DescriptorDatasetBase¶

class hdnnpy.dataset.descriptor.descriptor_dataset_base.DescriptorDatasetBase(order, structures)[source]¶

Bases: abc.ABC

Base class of atomic structure based descriptor dataset.

Common instance variables for descriptor datasets are initialized.

Parameters:	order (int) – Derivative order of descriptor to calculate. structures (list [AtomicStructure]) – Descriptors are calculated for these atomic structures.

__getitem__(item)[source]¶

Return descriptor data this instance has.

If item is string, it returns corresponding descriptor. Available keys can be obtained by descriptors attribute. Otherwise, it returns a list of descriptor sliced by item.

__len__()[source]¶: Number of atomic structures given at initialization.

calculate_descriptors(structure)[source]¶

Calculate required descriptors for a structure data.

This is abstract method. Subclass of this base class have to override.

Parameters:	structure (AtomicStructure) – A structure data to calculate descriptors.
Returns:	Calculated descriptors. The length is the same as `order` given at initialization.
Return type:	list [ndarray]

clear()[source]¶: Clear up instance variables to initial state.

generate_feature_keys(*args, **kwargs)[source]¶

Generate feature keys of current state.

This is abstract method. Subclass of this base class have to override.

Returns:	Unique keys of feature dimension.
Return type:	list [str]

load(file_path, verbose=True, remake=False)[source]¶

Load dataset from .npz format file.

Only root MPI process load dataset.

It validates following compatibility between loaded dataset and atomic structures given at initialization.

length of data

elemental composition

elements

tag

It also validates that loaded dataset satisfies requirements.

feature keys

order

Parameters:	file_path (Path) – File path to load dataset. verbose (bool, optional) – Print log to stdout. remake (bool, optional) – If loaded dataset is lacking in any feature key or any descriptor, recalculate dataset from scratch and overwrite it to `file_path`. Otherwise, it raises ValueError.
Raises:	`AssertionError` – If loaded dataset is incompatible with atomic structures given at initialization. `ValueError` – If loaded dataset is lacking in any feature key or any descriptor and `remake=False`.

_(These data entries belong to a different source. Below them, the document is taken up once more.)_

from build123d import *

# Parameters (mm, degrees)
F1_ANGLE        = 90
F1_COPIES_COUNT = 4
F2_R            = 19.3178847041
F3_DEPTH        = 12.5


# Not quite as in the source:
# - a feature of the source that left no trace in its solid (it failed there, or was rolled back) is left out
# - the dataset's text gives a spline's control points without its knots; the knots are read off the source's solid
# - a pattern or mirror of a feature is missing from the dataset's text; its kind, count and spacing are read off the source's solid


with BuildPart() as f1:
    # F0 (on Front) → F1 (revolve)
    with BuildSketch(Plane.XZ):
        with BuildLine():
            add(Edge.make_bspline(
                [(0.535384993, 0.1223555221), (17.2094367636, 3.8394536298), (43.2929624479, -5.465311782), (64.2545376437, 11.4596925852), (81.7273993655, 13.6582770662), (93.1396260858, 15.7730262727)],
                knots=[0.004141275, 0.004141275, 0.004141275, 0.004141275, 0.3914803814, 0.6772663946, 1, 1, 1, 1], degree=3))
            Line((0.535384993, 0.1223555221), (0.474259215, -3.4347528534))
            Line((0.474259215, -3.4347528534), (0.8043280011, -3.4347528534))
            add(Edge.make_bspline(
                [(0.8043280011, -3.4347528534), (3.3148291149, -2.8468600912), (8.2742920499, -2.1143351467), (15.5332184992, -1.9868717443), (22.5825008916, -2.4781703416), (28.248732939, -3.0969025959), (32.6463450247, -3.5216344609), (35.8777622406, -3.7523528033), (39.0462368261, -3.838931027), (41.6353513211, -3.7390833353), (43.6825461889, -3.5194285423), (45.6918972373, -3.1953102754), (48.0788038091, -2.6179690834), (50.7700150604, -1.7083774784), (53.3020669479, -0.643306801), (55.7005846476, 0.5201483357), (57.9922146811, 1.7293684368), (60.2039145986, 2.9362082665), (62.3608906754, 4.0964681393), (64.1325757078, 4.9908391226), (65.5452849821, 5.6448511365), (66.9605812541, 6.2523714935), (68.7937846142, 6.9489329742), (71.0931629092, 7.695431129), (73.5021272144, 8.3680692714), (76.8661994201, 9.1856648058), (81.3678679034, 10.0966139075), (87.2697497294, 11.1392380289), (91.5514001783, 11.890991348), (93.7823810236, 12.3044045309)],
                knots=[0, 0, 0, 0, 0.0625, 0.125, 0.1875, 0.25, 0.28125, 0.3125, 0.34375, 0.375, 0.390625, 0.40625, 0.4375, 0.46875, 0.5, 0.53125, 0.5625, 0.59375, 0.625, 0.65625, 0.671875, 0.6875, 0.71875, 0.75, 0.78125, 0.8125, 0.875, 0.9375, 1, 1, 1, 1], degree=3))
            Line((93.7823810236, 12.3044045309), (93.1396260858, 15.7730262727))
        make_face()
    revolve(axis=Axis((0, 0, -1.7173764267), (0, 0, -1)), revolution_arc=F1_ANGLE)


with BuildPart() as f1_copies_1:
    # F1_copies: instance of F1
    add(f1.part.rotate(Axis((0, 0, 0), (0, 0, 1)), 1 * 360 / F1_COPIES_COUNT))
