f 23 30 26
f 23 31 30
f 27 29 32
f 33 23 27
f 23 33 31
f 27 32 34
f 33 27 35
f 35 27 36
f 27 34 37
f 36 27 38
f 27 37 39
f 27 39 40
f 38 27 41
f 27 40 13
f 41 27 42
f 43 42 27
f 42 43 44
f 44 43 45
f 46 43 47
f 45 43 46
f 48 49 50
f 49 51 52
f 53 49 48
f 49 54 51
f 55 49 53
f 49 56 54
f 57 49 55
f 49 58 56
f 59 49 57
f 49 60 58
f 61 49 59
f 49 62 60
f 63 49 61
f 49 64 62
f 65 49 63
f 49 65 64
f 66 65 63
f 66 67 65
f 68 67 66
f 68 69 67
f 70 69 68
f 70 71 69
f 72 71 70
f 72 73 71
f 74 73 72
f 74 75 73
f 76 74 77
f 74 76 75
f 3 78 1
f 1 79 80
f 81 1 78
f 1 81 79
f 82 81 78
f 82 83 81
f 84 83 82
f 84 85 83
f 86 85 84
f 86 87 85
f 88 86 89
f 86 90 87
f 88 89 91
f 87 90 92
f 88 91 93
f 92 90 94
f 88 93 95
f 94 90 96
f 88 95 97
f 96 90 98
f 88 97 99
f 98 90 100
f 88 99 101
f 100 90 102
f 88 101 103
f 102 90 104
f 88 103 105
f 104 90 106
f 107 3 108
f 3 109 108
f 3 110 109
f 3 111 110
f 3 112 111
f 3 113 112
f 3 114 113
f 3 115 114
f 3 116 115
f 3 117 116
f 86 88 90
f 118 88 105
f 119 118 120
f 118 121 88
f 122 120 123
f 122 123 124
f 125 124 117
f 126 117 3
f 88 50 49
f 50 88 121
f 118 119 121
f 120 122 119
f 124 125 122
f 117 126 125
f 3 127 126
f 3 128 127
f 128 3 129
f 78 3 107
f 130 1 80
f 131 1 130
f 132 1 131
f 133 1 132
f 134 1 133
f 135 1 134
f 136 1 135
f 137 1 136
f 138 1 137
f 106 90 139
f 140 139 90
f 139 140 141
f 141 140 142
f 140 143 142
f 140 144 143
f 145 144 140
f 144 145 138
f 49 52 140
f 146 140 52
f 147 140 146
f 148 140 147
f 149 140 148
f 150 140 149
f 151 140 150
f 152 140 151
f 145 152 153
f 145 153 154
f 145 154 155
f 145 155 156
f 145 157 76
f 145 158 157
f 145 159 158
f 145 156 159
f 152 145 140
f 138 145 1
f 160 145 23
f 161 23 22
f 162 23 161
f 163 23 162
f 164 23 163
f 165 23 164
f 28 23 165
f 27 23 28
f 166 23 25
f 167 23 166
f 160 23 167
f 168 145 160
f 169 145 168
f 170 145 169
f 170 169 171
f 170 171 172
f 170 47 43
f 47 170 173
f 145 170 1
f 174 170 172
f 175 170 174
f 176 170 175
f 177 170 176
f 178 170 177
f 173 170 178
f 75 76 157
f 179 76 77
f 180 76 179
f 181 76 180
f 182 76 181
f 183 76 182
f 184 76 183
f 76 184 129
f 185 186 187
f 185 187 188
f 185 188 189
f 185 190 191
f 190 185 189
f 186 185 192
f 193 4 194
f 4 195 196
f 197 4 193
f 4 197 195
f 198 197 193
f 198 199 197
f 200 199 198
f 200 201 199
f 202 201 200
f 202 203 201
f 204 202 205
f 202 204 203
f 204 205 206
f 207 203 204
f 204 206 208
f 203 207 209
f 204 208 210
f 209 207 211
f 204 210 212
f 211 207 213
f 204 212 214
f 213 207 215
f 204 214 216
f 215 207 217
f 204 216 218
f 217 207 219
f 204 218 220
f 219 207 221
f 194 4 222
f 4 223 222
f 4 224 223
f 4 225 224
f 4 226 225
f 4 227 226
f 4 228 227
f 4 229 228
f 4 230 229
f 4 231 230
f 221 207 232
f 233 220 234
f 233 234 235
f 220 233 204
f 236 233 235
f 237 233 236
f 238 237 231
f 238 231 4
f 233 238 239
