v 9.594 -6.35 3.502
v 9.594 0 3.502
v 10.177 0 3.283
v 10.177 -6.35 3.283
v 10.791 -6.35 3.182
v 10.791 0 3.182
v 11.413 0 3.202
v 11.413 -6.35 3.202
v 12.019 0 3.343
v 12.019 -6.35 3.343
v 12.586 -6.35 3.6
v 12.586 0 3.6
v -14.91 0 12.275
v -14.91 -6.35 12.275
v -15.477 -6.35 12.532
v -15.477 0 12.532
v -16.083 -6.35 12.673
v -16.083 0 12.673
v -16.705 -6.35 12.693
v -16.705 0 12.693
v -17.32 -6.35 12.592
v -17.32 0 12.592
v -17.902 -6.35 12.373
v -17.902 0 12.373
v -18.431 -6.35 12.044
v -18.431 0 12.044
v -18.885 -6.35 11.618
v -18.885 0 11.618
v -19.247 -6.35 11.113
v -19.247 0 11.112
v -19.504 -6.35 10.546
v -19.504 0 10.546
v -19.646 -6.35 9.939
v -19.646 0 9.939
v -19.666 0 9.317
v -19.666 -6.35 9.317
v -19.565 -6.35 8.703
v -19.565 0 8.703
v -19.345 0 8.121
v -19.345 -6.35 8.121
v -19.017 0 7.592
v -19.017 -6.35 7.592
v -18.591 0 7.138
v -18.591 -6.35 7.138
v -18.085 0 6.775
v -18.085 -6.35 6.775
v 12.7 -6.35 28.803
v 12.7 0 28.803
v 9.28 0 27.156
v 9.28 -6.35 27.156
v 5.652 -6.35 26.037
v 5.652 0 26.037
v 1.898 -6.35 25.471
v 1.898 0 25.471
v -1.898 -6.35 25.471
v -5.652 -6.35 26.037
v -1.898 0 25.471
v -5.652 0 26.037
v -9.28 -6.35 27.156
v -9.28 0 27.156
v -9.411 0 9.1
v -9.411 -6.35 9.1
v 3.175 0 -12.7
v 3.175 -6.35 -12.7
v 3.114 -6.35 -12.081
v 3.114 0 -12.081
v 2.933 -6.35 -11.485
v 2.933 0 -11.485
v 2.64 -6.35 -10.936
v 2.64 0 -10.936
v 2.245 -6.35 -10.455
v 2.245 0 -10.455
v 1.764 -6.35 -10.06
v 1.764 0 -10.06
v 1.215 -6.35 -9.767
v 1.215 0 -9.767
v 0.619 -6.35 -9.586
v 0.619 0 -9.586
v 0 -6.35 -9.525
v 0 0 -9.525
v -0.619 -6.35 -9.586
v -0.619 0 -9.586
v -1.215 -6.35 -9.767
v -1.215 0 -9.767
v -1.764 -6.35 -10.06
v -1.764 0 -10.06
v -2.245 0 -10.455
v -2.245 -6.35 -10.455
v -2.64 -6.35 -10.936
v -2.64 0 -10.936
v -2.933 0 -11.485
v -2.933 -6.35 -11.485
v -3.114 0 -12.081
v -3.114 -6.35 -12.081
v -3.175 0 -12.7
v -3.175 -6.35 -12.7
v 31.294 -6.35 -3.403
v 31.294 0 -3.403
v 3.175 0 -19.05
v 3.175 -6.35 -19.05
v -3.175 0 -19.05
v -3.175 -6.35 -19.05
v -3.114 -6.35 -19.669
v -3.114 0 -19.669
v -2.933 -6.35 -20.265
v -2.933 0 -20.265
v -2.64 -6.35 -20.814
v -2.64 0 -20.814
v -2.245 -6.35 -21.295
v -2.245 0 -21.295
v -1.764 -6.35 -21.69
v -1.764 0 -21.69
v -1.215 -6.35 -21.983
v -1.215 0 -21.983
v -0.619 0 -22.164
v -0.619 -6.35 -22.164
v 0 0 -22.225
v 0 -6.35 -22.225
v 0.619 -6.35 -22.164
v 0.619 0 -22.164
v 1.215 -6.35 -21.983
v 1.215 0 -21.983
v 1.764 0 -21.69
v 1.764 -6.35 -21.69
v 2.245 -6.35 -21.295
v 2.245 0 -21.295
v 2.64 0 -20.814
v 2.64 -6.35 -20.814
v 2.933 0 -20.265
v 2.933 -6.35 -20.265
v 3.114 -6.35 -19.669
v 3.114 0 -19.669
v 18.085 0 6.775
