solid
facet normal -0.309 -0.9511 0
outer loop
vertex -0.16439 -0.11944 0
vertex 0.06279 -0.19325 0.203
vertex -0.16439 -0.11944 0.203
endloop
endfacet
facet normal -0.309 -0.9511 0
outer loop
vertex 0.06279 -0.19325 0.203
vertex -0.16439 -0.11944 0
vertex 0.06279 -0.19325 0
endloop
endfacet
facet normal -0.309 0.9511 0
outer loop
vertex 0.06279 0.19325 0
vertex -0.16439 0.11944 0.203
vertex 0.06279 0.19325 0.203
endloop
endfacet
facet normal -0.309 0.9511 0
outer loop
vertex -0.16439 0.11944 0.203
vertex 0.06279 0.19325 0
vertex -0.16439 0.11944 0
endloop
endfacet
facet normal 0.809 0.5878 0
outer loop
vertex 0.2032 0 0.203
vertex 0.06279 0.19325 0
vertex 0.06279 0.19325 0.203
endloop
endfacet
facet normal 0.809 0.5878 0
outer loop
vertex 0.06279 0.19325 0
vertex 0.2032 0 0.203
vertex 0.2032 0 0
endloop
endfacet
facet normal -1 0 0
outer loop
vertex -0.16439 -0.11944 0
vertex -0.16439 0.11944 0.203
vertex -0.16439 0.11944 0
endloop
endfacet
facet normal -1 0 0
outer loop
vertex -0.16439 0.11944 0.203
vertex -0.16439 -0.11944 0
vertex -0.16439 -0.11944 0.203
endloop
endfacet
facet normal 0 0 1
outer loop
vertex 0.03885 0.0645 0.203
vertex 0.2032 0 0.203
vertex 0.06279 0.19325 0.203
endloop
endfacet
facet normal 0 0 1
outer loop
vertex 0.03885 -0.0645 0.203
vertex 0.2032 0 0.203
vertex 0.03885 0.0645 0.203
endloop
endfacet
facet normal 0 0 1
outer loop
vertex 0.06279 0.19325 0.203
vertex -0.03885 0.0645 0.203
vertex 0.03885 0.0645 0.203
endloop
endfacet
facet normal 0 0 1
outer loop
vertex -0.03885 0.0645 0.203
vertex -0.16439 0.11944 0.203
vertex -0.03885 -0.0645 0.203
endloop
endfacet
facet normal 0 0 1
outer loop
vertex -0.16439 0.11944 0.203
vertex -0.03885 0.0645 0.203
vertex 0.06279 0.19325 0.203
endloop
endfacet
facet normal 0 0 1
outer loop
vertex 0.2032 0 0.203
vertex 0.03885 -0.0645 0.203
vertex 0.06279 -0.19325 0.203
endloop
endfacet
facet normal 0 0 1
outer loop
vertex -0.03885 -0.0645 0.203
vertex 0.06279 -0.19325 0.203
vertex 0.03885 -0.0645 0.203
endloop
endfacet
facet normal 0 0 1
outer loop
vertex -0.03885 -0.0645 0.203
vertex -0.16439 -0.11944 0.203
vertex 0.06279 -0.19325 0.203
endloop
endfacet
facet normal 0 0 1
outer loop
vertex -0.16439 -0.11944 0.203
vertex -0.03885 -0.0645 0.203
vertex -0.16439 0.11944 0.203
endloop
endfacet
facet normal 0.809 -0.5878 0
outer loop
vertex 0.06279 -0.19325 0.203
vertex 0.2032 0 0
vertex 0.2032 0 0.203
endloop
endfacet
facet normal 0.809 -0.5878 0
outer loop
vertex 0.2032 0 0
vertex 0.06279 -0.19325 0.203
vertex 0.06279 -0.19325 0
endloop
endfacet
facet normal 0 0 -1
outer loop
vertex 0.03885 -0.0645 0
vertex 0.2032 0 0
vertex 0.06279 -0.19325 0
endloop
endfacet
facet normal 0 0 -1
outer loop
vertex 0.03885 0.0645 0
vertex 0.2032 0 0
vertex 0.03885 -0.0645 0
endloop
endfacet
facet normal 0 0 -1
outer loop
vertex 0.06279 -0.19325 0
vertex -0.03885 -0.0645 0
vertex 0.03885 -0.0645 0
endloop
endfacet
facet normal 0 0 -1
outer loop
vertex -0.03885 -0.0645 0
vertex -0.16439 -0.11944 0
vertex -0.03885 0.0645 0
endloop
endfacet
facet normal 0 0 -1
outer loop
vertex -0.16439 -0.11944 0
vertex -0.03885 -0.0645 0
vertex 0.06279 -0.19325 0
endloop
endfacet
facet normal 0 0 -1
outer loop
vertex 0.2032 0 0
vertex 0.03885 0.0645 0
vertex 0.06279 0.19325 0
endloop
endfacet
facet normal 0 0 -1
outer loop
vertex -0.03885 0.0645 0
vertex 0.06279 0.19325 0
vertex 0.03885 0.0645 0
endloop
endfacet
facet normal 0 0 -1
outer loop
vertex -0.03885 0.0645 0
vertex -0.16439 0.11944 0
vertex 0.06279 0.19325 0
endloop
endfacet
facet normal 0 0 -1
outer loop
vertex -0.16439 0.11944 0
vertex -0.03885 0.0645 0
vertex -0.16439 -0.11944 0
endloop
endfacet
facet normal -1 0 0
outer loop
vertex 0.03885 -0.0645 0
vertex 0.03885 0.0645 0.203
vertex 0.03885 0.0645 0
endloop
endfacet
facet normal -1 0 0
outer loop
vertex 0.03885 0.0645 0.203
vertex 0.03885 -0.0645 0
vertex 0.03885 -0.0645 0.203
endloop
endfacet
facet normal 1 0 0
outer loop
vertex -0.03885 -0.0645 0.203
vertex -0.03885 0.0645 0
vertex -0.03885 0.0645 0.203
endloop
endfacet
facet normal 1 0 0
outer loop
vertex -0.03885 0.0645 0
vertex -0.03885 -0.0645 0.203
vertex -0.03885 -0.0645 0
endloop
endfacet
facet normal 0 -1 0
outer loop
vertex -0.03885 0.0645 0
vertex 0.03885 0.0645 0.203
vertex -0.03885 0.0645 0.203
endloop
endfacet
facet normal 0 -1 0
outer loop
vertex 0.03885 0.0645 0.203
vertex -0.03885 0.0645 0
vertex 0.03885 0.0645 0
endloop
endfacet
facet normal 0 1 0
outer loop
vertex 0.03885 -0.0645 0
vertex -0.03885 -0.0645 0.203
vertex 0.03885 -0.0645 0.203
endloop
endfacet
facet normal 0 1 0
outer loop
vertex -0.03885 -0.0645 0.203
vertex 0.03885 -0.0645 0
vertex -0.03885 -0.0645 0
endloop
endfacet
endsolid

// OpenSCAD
hub_z = .0254;
hub_r = .2032;
hub_a = .0777;
hub_b = .129;

wheel_z = .203;
wheel_r = .254;

v_depth = 5;

module body() {
 total_z =  wheel_z;
 difference() {
   cylinder(h=total_z,r=hub_r);
   translate([-hub_a/2,-hub_b/2,0]) {
     cube([hub_a,hub_b,total_z], 1);
   }
 }
}

module groove() {
 rotate_extrude(convexity = 100) 
   translate([10-3, 1.5, 0])
     rotate(0)
       square([v_depth,v_depth],0); 
}

module no_screws() {
  difference() {
    body();
    groove();
  }
}

no_screws ();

make(verbose=True)[source]¶

Calculate & retain descriptor dataset

It calculates descriptor dataset by data-parallel using MPI communication.

The calculated dataset is retained in only root MPI process.

Parameters:	verbose (bool, optional) – Print log to stdout.

save(file_path, verbose=True)[source]¶

Save dataset to .npz format file.

Only root MPI process save dataset.

Parameters:	file_path (Path) – File path to save dataset. verbose (bool, optional) – Print log to stdout.
Raises:	`RuntimeError` – If this instance do not have any data.

DESCRIPTORS = []¶

Names of descriptors for each derivative order.

Type:	list [str]

descriptors¶

Names of descriptors this instance have.

Type:	list [str]

elemental_composition¶

Elemental composition of atomic structures given at initialization.

Type:	list [str]

elements¶

Elements of atomic structures given at initialization.

Type:	list [str]

feature_keys¶

Unique keys of feature dimension.

Type:	list [str]

has_data¶

True if success to load or make dataset, False otherwise.

Type:	bool

n_feature¶

Length of feature dimension.

Type:	int

name = None¶

Name of this descriptor class.

Type:	str

order¶

Derivative order of descriptor to calculate.

Type:	int

tag¶

Unique tag of atomic structures given at initialization.

Usually, it is a form like <any prefix> <chemical formula>. (ex. CrystalGa2N2)

Type:	str